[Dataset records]
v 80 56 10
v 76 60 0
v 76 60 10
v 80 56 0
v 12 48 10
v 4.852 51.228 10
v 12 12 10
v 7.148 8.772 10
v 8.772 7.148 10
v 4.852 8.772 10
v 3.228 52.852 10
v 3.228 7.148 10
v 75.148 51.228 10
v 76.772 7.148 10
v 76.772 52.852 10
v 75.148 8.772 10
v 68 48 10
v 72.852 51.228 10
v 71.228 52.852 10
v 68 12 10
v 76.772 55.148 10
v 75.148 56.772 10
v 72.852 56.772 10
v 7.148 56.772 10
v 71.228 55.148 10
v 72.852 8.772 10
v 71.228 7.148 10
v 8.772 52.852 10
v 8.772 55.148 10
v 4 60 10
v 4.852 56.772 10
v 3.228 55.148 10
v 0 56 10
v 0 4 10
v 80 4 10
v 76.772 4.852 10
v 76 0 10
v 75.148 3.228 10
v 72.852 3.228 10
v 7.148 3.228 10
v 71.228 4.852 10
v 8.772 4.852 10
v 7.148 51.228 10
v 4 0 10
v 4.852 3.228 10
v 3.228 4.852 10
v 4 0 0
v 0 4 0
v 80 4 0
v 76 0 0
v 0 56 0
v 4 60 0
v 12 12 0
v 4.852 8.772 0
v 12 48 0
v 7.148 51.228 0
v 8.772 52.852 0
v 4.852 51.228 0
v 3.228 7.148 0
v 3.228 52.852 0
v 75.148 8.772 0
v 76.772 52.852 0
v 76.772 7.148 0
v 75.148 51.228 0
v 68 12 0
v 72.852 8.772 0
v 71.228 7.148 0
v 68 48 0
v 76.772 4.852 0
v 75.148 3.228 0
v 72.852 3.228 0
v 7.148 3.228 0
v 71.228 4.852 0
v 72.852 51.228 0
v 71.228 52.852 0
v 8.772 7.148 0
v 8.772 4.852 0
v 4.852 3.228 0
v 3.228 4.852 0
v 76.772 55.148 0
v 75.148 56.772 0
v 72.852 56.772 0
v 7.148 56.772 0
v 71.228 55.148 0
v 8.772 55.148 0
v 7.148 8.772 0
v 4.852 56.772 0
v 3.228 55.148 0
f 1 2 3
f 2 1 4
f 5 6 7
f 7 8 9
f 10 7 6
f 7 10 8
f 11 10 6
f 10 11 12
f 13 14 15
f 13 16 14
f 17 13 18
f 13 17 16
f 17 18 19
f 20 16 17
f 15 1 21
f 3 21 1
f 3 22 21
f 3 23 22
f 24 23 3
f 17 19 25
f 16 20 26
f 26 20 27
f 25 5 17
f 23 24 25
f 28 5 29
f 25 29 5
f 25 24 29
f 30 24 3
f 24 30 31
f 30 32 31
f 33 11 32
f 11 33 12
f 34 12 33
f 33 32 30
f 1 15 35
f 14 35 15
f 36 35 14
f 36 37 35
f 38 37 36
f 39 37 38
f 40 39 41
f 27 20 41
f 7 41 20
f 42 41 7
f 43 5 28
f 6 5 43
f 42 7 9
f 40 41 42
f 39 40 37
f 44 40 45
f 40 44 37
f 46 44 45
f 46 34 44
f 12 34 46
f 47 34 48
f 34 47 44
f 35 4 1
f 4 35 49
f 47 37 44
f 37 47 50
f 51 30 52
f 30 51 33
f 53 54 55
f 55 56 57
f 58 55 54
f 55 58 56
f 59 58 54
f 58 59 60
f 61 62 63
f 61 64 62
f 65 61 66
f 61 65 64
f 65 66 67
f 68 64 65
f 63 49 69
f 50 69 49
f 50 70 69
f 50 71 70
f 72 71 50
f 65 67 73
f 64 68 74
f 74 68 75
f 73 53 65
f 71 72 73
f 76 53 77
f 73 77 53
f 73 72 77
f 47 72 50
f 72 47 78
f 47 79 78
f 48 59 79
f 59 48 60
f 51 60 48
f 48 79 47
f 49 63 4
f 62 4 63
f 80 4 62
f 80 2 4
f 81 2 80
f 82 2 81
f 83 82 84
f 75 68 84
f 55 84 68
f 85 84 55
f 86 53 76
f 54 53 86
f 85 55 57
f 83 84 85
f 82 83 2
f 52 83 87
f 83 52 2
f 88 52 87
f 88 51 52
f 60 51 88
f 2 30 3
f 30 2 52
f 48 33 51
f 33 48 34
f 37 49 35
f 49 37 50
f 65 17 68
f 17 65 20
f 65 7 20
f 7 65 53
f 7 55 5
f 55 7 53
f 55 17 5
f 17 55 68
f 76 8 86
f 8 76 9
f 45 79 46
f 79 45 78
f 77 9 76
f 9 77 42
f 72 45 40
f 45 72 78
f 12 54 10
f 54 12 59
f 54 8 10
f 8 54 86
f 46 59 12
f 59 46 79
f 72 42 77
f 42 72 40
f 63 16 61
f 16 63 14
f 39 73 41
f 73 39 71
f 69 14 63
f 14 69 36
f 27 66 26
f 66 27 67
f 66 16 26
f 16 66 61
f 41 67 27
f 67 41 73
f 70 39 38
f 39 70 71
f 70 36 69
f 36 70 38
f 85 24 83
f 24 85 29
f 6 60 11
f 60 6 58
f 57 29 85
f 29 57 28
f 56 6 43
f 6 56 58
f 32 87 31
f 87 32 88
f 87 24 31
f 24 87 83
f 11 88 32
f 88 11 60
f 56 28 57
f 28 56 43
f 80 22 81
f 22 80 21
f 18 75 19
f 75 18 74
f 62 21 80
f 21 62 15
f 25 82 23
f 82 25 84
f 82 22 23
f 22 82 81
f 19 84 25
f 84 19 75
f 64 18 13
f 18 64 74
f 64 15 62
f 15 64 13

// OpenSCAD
$fn = 32;

// ----------------------------------------------------------------------
// Frame plate: 80 x 60 frame, 12 mm rails
// ----------------------------------------------------------------------

// --- parameters (mm) ---
plate_l = 80;             // plate length, X
plate_w = 60;             // plate width, Y
plate_t = 10;             // plate thickness, Z (extrusion height)
corner_c = 4;             // corner chamfer
frame_bar = 12;           // frame rail width
bolt_r = 3;               // corner bolt window radius
bolt_inset = 6;           // bolt centre inset from the edges

win_l = plate_l - 2 * frame_bar;  // window length
win_w = plate_w - 2 * frame_bar;  // window width
bolt_d = 2 * bolt_r;  // corner hole diameter

profile = [[4, 0], [76, 0], [80, 4], [80, 56], [76, 60], [4, 60], [0, 56], [0, 4]];  // primary outline, 8 points, counter clockwise
void_1 = [[12, 12], [68, 12], [68, 48], [12, 48]];  // the window, 4 points
void_2 = [[8.772, 7.148], [7.148, 8.772], [4.852, 8.772], [3.228, 7.148], [3.228, 4.852], [4.852, 3.228], [7.148, 3.228], [8.772, 4.852]];  // corner bolt window, 8 points
void_3 = [[76.772, 7.148], [75.148, 8.772], [72.852, 8.772], [71.228, 7.148], [71.228, 4.852], [72.852, 3.228], [75.148, 3.228], [76.772, 4.852]];  // corner bolt window, 8 points
void_4 = [[8.772, 55.148], [7.148, 56.772], [4.852, 56.772], [3.228, 55.148], [3.228, 52.852], [4.852, 51.228], [7.148, 51.228], [8.772, 52.852]];  // corner bolt window, 8 points
void_5 = [[76.772, 55.148], [75.148, 56.772], [72.852, 56.772], [71.228, 55.148], [71.228, 52.852], [72.852, 51.228], [75.148, 51.228], [76.772, 52.852]];  // corner bolt window, 8 points

// --- the one profile operation ---
difference() {
  linear_extrude(height = plate_t) polygon(points = profile);
  translate([0, 0, -1])
    linear_extrude(height = plate_t + 2) polygon(points = void_1);
  translate([0, 0, -1])
    linear_extrude(height = plate_t + 2) polygon(points = void_2);
  translate([0, 0, -1])
    linear_extrude(height = plate_t + 2) polygon(points = void_3);
  translate([0, 0, -1])
    linear_extrude(height = plate_t + 2) polygon(points = void_4);
  translate([0, 0, -1])
    linear_extrude(height = plate_t + 2) polygon(points = void_5);
}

To do:
With the first line of the records as the start and the line holding "v 4.852 56.772 10" as the end, please copy exactly those lines and no others.

Answer space:
v 80 56 10
v 76 60 0
v 76 60 10
v 80 56 0
v 12 48 10
v 4.852 51.228 10
v 12 12 10
v 7.148 8.772 10
v 8.772 7.148 10
v 4.852 8.772 10
v 3.228 52.852 10
v 3.228 7.148 10
v 75.148 51.228 10
v 76.772 7.148 10
v 76.772 52.852 10
v 75.148 8.772 10
v 68 48 10
v 72.852 51.228 10
v 71.228 52.852 10
v 68 12 10
v 76.772 55.148 10
v 75.148 56.772 10
v 72.852 56.772 10
v 7.148 56.772 10
v 71.228 55.148 10
v 72.852 8.772 10
v 71.228 7.148 10
v 8.772 52.852 10
v 8.772 55.148 10
v 4 60 10
v 4.852 56.772 10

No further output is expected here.